Closed ytnvj2 closed 2 months ago
Same thing happens with Phi-3.5-MoE.
For Phi-3.5-MoE: It looks like the default scheduler path can reach the NormalPipeline, which requires(?) paged attention metadata. Likely something similar is happening for the vision model.
Ah, so the quantized pipelines can handle the lack of paged attention metadata. I'm not clear on why the Python API is routing through a different part of the code, though.
@ytnvj2 can you retry with a GGUF version of the model via the CLI? Using a GGUF might wholly disable vision. The GGUF loading panics in an unrelated area.
Potential confounder: I might be misreading things, but it looks like Paged Attention is disabled for non-CUDA targets (including Metal). https://github.com/EricLBuehler/mistral.rs/blob/366f9f02b7a55af8d8f32df33fd77ea6bcea8b5a/mistralrs-core/src/utils/mod.rs#L225-L233
Hi @JCRPaquin @ytnvj2 thank you for the details and all investigation! Indeed, you are correct the issue arises when there is a discrepancy there. This bug was caused by a regression from #753, and I just merged #759 which should fix this. Can you please confim this works?
@EricLBuehler thanks for the quick response! I'll try the fix in a few hours.
@EricLBuehler Tried out the fix and it works for me now. Thank you for the quick fix. Appreciate it.
Hi, I am running the phi3.5 vision model using the below command on Apple M2 macbook: 'cargo run --release --features metal -- --port 1234 vision-plain -m microsoft/Phi-3.5-vision-instruct -a phi3v'
Everything loads fine, but when I query I get this error:
mistralrs_core::engine: prompt step - Model failed with error: Msg("Forward step expected a PagedAttention input metadata. This was not provided, please ensure that the scheduler config is correctly configured for PagedAttention.")

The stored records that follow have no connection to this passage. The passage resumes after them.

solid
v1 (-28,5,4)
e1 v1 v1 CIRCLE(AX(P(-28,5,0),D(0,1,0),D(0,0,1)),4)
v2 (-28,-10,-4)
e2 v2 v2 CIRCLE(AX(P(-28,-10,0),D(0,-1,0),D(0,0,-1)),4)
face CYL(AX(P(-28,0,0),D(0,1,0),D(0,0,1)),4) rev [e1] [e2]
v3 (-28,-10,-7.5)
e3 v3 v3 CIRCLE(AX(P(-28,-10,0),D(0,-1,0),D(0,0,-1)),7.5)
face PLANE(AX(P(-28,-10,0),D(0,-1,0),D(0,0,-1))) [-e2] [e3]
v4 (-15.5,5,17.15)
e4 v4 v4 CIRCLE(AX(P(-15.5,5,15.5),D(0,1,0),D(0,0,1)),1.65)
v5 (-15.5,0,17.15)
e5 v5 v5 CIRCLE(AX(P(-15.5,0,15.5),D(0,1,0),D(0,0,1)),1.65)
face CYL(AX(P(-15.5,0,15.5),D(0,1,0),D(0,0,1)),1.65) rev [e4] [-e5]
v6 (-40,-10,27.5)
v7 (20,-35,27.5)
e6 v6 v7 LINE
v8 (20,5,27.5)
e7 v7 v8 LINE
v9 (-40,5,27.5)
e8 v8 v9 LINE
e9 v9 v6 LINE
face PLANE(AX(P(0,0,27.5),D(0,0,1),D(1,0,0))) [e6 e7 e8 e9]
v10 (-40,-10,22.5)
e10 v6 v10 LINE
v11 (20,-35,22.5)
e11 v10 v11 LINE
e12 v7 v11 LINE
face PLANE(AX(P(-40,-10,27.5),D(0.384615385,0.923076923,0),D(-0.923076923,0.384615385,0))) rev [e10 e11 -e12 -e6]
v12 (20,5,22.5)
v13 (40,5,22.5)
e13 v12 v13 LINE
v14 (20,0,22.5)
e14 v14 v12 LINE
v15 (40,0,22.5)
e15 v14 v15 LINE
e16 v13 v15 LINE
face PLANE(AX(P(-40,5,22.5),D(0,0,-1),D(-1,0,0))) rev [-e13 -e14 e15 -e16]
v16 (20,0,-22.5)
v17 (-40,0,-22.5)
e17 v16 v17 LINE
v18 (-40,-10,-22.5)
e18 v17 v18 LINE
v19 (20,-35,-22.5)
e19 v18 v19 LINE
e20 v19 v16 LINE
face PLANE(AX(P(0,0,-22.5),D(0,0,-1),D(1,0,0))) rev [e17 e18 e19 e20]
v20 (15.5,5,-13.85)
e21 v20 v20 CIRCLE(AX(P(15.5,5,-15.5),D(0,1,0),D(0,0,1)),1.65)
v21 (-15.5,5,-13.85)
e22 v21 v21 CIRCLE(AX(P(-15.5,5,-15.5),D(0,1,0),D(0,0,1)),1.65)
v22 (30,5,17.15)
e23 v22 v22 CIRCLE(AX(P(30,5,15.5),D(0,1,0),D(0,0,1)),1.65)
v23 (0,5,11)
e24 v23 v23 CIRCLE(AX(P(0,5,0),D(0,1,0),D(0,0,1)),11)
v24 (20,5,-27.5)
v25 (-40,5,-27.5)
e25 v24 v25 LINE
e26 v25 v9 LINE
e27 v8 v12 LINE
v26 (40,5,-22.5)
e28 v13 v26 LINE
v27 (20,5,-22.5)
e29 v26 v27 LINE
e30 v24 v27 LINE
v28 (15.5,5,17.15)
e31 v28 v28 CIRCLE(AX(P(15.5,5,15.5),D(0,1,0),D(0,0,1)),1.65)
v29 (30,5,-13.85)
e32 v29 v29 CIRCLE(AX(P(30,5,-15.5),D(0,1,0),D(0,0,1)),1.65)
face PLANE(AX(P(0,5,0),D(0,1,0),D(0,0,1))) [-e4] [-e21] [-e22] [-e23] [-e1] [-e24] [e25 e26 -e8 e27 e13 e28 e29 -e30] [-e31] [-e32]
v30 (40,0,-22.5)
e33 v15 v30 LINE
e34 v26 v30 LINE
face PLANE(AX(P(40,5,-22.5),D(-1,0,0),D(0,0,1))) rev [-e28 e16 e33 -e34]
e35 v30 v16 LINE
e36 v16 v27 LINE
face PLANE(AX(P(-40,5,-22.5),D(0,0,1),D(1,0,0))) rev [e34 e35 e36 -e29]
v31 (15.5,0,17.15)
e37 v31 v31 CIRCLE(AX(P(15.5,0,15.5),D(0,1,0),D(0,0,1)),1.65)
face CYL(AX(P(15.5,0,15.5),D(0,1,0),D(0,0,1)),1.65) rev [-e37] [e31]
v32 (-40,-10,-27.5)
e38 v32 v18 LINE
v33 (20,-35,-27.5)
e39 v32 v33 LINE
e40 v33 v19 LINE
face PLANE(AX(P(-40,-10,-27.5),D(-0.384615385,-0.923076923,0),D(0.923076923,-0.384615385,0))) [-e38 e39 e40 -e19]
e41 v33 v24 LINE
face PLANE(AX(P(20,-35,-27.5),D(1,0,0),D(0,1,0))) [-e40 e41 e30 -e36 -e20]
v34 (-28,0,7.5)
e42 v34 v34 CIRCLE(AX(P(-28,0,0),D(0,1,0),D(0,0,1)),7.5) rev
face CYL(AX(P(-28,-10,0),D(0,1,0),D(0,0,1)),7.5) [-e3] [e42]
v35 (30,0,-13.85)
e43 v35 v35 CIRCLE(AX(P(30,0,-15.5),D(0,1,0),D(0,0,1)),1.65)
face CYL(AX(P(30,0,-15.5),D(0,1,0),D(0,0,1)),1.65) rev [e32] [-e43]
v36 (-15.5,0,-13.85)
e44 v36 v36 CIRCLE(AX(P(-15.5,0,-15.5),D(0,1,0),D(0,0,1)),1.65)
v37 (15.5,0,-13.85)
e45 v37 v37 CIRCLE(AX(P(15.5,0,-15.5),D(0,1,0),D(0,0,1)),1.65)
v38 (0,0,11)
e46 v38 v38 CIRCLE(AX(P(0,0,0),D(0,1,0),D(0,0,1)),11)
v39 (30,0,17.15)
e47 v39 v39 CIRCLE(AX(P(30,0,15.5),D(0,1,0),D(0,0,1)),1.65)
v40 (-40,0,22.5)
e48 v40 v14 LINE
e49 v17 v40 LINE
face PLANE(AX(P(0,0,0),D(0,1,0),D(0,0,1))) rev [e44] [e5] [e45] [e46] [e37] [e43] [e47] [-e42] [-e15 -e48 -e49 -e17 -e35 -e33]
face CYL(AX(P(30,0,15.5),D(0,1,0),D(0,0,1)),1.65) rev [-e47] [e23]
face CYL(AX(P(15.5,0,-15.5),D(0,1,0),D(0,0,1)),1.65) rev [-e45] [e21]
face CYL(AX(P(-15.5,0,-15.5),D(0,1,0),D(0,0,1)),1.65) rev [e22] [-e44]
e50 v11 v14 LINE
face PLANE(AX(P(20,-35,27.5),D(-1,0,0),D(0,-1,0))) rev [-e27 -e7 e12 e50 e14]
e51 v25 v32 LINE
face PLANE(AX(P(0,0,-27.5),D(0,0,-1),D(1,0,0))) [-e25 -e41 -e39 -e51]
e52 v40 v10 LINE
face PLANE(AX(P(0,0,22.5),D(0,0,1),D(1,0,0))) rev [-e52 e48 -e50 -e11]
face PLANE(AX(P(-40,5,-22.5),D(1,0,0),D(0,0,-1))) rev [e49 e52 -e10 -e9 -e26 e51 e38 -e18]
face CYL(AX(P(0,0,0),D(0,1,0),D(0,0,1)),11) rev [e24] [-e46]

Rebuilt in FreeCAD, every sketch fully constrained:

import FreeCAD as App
import Part
import Sketcher
Q = App.Units.Quantity

doc = App.newDocument("Part")
body = doc.addObject("PartDesign::Body", "Body")

sketch1 = body.newObject("Sketcher::SketchObject", "Sketch")
sketch1.AttachmentSupport = (doc.getObject("XZ_Plane"), [""])
sketch1.MapMode = "FlatFace"
sketch1.addGeometry([
    Part.LineSegment(App.Vector(-40, -22, 0), App.Vector(-40, 22, 0)),
    Part.LineSegment(App.Vector(-40, 22, 0), App.Vector(40, 22, 0)),
    Part.LineSegment(App.Vector(40, 22, 0), App.Vector(40, -22, 0)),
    Part.LineSegment(App.Vector(40, -22, 0), App.Vector(-40, -22, 0)),
], False)
sketch1.addConstraint([
    Sketcher.Constraint("Coincident", 0, 2, 1, 1),
    Sketcher.Constraint("Coincident", 1, 2, 2, 1),
    Sketcher.Constraint("Coincident", 2, 2, 3, 1),
    Sketcher.Constraint("Coincident", 3, 2, 0, 1),
    Sketcher.Constraint("Vertical", 0),
    Sketcher.Constraint("Horizontal", 1),
    Sketcher.Constraint("Vertical", 2),
    Sketcher.Constraint("Horizontal", 3),
    Sketcher.Constraint("Symmetric", 0, 2, 2, 2, -1, 1),
    Sketcher.Constraint("DistanceX", 1, 1, 1, 2, Q("80 mm")),
    Sketcher.Constraint("DistanceY", 0, 1, 0, 2, Q("45 mm")),
])
pad1 = body.newObject("PartDesign::Pad", "Pad")
pad1.Profile = sketch1
pad1.Length = 5
pad1.Reversed = True

sketch2 = body.newObject("Sketcher::SketchObject", "Sketch001")
sketch2.AttachmentSupport = (doc.getObject("XZ_Plane"), [""])
sketch2.MapMode = "FlatFace"
sketch2.AttachmentOffset = App.Placement(App.Vector(0, 0, -5), App.Rotation())
sketch2.addGeometry([
    Part.Circle(App.Vector(-15.5, -15.5, 0), App.Vector(0, 0, 1), 1.6),
    Part.Circle(App.Vector(15.5, -15.5, 0), App.Vector(0, 0, 1), 1.6),
    Part.Circle(App.Vector(15.5, 15.5, 0), App.Vector(0, 0, 1), 1.6),
    Part.Circle(App.Vector(-15.5, 15.5, 0), App.Vector(0, 0, 1), 1.6),
    Part.Circle(App.Vector(30, -15.5, 0), App.Vector(0, 0, 1), 1.6),
    Part.Circle(App.Vector(30, 15.5, 0), App.Vector(0, 0, 1), 1.6),
    Part.Circle(App.Vector(-28, 0, 0), App.Vector(0, 0, 1), 4),
    Part.Circle(App.Vector(0, 0, 0), App.Vector(0, 0, 1), 11),
], False)
sketch2.addConstraint([
    Sketcher.Constraint("Coincident", 7, 3, -1, 1),
    Sketcher.Constraint("Equal", 0, 1),
    Sketcher.Constraint("Equal", 1, 2),
    Sketcher.Constraint("Equal", 2, 3),
    Sketcher.Constraint("Equal", 3, 4),
    Sketcher.Constraint("Equal", 4, 5),
    Sketcher.Constraint("Symmetric", 0, 3, 2, 3, -1, 1),
    Sketcher.Constraint("Symmetric", 1, 3, 3, 3, -1, 1),
    Sketcher.Constraint("Symmetric", 0, 3, 1, 3, -2),
    Sketcher.Constraint("Symmetric", 4, 3, 5, 3, -1),
    Sketcher.Constraint("PointOnObject", 6, 3, -1),
    Sketcher.Constraint("Horizontal", 1, 3, 4, 3),
    Sketcher.Constraint("Diameter", 6, Q("8 mm")),
    Sketcher.Constraint("Diameter", 7, Q("22 mm")),
    Sketcher.Constraint("Diameter", 0, Q("3.3 mm")),
    Sketcher.Constraint("DistanceX", -1, 1, 4, 3, Q("30 mm")),
    Sketcher.Constraint("DistanceX", 6, 3, -1, 1, Q("28 mm")),
    Sketcher.Constraint("DistanceX", 0, 3, 1, 3, Q("31 mm")),
    Sketcher.Constraint("DistanceY", 1, 3, 2, 3, Q("31 mm")),
])
pocket1 = body.newObject("PartDesign::Pocket", "Pocket")
pocket1.Profile = sketch2
pocket1.Type = "ThroughAll"
pocket1.Reversed = True

sketch3 = body.newObject("Sketcher::SketchObject", "Sketch002")
sketch3.AttachmentSupport = (doc.getObject("XZ_Plane"), [""])
sketch3.MapMode = "FlatFace"
sketch3.addGeometry([
    Part.Circle(App.Vector(-28, 0, 0), App.Vector(0, 0, 1), 7.5),
    Part.Circle(App.Vector(-28, 0, 0), App.Vector(0, 0, 1), 4),
], False)
sketch3.addConstraint([
    Sketcher.Constraint("Coincident", 1, 3, 0, 3),
    Sketcher.Constraint("PointOnObject", 0, 3, -1),
    Sketcher.Constraint("Diameter", 0, Q("15 mm")),
    Sketcher.Constraint("Diameter", 1, Q("8 mm")),
    Sketcher.Constraint("DistanceX", 0, 3, -1, 1, Q("28 mm")),
])
pad2 = body.newObject("PartDesign::Pad", "Pad001")
pad2.Profile = sketch3
pad2.Length = 10

sketch4 = body.newObject("Sketcher::SketchObject", "Sketch003")
sketch4.AttachmentSupport = (doc.getObject("XY_Plane"), [""])
sketch4.MapMode = "FlatFace"
sketch4.AttachmentOffset = App.Placement(App.Vector(0, 0, 22.5), App.Rotation())
sketch4.addGeometry([
    Part.LineSegment(App.Vector(-40, 5, 0), App.Vector(-40, -10, 0)),
    Part.LineSegment(App.Vector(-40, -10, 0), App.Vector(20, -35, 0)),
    Part.LineSegment(App.Vector(20, -35, 0), App.Vector(20, 5, 0)),
    Part.LineSegment(App.Vector(20, 5, 0), App.Vector(-40, 5, 0)),
], False)
sketch4.addConstraint([
    Sketcher.Constraint("Coincident", 0, 2, 1, 1),
    Sketcher.Constraint("Coincident", 1, 2, 2, 1),
    Sketcher.Constraint("Coincident", 2, 2, 3, 1),
    Sketcher.Constraint("Coincident", 3, 2, 0, 1),
    Sketcher.Constraint("Vertical", 0),
    Sketcher.Constraint("Vertical", 2),
    Sketcher.Constraint("Horizontal", 3),
    Sketcher.Constraint("DistanceX", 3, 2, 3, 1, Q("60 mm")),
    Sketcher.Constraint("DistanceY", 0, 2, 0, 1, Q("15 mm")),
    Sketcher.Constraint("DistanceY", 2, 1, 2, 2, Q("40 mm")),
    Sketcher.Constraint("DistanceX", 0, 2, -1, 1, Q("40 mm")),
    Sketcher.Constraint("DistanceY", 0, 2, -1, 1, Q("10 mm")),
])
pad3 = body.newObject("PartDesign::Pad", "Pad002")
pad3.Profile = sketch4
pad3.Length = 5
doc.recompute()

mirrored = body.newObject("PartDesign::Mirrored", "Mirrored")
mirrored.Originals = [pad3]
mirrored.MirrorPlane = (doc.getObject("XY_Plane"), [""])
body.Tip = mirrored

doc.recompute()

On the other hand, If I load the model using the python API everything works fine but I am not sure how to enable ISQ in python. '' from mistralrs import Runner, Which, ChatCompletionRequest, VisionArchitecture
runner = Runner( which=Which.VisionPlain( model_id="microsoft/Phi-3.5-vision-instruct", arch=VisionArchitecture.Phi3V, ), ) '' Any idea what might be causing this and how to fix this?